> Stored items
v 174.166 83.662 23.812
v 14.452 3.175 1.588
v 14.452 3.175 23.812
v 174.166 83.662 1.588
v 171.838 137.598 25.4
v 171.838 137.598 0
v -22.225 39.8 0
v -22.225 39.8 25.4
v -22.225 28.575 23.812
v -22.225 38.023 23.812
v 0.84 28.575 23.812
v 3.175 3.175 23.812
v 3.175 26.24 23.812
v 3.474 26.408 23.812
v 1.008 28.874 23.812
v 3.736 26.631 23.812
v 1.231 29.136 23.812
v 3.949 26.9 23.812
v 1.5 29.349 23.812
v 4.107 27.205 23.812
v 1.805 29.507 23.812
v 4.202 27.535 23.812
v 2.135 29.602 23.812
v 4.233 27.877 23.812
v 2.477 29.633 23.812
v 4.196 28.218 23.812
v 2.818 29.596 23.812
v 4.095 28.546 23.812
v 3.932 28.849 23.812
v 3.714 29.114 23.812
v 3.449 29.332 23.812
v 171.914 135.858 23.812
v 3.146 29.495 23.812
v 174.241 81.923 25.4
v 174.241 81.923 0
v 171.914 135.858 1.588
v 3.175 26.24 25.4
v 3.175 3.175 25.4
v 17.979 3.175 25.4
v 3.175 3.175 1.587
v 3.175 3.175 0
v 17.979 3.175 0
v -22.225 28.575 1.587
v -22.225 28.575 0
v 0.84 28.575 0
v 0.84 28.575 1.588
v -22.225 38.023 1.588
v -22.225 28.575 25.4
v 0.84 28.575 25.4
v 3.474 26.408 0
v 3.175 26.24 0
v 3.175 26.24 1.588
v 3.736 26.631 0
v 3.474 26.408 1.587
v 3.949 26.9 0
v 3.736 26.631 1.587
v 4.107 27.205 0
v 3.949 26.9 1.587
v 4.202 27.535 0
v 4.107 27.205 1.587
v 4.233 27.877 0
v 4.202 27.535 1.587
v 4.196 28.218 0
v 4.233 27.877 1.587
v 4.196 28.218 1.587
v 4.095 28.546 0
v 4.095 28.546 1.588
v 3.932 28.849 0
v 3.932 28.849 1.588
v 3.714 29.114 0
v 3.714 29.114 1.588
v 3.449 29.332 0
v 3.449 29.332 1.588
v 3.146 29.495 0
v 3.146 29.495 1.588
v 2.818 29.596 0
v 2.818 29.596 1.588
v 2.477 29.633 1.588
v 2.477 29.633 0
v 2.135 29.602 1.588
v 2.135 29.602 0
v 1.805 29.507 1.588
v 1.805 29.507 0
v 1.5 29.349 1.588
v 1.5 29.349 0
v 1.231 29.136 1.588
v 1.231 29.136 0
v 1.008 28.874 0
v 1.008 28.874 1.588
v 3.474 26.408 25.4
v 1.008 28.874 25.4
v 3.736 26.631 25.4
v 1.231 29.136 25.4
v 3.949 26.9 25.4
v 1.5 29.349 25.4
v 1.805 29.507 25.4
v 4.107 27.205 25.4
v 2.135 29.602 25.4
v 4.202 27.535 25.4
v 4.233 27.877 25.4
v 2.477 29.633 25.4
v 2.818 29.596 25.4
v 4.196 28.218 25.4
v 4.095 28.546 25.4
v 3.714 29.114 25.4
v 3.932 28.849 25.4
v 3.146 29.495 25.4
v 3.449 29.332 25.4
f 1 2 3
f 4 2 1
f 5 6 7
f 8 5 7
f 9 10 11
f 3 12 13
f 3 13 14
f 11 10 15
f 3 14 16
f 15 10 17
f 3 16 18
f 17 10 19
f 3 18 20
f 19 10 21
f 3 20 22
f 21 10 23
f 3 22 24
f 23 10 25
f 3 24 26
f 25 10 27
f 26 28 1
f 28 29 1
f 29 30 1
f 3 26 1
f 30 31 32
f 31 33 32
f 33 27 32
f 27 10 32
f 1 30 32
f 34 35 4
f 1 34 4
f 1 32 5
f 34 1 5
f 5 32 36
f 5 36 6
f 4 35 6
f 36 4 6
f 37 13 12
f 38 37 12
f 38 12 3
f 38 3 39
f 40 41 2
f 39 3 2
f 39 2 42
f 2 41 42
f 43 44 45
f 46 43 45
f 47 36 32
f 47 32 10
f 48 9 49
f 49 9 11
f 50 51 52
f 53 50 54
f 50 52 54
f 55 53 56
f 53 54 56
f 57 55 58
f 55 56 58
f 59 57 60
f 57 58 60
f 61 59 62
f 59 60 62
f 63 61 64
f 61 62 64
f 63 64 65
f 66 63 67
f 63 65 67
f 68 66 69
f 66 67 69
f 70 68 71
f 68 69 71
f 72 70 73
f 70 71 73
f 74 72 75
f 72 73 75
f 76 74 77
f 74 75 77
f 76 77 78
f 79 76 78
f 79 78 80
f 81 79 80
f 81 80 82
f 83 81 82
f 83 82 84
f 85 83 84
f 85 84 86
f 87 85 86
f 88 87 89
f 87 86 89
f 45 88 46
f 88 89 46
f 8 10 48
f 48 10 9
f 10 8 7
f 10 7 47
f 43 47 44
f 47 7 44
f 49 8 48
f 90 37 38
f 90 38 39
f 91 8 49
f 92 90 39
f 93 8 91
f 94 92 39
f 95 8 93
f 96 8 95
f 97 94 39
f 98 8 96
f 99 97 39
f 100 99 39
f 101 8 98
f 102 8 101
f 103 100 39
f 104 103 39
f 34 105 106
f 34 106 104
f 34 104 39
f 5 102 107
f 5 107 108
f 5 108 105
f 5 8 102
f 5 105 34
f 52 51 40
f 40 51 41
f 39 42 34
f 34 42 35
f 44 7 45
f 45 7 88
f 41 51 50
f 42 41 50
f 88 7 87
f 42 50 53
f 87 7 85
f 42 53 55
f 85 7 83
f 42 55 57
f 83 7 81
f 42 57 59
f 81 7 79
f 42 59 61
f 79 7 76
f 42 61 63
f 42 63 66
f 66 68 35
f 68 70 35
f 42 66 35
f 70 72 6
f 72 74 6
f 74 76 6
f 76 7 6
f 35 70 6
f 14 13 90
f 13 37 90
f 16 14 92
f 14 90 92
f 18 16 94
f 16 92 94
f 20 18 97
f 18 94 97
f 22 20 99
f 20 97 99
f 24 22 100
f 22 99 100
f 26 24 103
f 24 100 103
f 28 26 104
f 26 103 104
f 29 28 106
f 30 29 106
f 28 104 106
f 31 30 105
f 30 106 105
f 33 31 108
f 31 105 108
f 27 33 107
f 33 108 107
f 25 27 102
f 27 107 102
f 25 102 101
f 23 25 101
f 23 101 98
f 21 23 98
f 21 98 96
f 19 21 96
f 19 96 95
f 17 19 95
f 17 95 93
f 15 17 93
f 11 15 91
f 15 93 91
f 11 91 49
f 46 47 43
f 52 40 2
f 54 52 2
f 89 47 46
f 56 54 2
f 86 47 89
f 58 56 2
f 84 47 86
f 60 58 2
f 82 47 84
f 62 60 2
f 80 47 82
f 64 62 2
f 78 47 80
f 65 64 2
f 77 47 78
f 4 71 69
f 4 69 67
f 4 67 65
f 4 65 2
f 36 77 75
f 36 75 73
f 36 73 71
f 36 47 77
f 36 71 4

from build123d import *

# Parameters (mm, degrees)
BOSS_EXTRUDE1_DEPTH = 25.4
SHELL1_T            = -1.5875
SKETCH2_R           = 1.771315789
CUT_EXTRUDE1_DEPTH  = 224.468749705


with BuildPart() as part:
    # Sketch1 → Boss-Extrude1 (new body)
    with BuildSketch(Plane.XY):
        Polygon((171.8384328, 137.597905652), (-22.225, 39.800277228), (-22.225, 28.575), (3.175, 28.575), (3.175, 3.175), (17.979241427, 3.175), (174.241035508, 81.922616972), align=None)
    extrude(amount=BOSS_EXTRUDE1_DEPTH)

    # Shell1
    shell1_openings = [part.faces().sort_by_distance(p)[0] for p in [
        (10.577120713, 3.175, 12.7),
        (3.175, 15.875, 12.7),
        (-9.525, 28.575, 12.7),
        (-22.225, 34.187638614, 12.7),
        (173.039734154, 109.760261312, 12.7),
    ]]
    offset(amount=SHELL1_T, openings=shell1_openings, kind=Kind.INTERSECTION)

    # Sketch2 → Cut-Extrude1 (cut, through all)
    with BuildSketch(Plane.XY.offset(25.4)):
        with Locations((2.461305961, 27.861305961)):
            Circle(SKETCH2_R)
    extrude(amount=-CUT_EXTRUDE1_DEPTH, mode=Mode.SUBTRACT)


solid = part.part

> Exercise details
Repeat the entries above exactly, from the first line through the line containing "v 4.107 27.205 1.587".

> Answer box
v 174.166 83.662 23.812
v 14.452 3.175 1.588
v 14.452 3.175 23.812
v 174.166 83.662 1.588
v 171.838 137.598 25.4
v 171.838 137.598 0
v -22.225 39.8 0
v -22.225 39.8 25.4
v -22.225 28.575 23.812
v -22.225 38.023 23.812
v 0.84 28.575 23.812
v 3.175 3.175 23.812
v 3.175 26.24 23.812
v 3.474 26.408 23.812
v 1.008 28.874 23.812
v 3.736 26.631 23.812
v 1.231 29.136 23.812
v 3.949 26.9 23.812
v 1.5 29.349 23.812
v 4.107 27.205 23.812
v 1.805 29.507 23.812
v 4.202 27.535 23.812
v 2.135 29.602 23.812
v 4.233 27.877 23.812
v 2.477 29.633 23.812
v 4.196 28.218 23.812
v 2.818 29.596 23.812
v 4.095 28.546 23.812
v 3.932 28.849 23.812
v 3.714 29.114 23.812
v 3.449 29.332 23.812
v 171.914 135.858 23.812
v 3.146 29.495 23.812
v 174.241 81.923 25.4
v 174.241 81.923 0
v 171.914 135.858 1.588
v 3.175 26.24 25.4
v 3.175 3.175 25.4
v 17.979 3.175 25.4
v 3.175 3.175 1.587
v 3.175 3.175 0
v 17.979 3.175 0
v -22.225 28.575 1.587
v -22.225 28.575 0
v 0.84 28.575 0
v 0.84 28.575 1.588
v -22.225 38.023 1.588
v -22.225 28.575 25.4
v 0.84 28.575 25.4
v 3.474 26.408 0
v 3.175 26.24 0
v 3.175 26.24 1.588
v 3.736 26.631 0
v 3.474 26.408 1.587
v 3.949 26.9 0
v 3.736 26.631 1.587
v 4.107 27.205 0
v 3.949 26.9 1.587
v 4.202 27.535 0
v 4.107 27.205 1.587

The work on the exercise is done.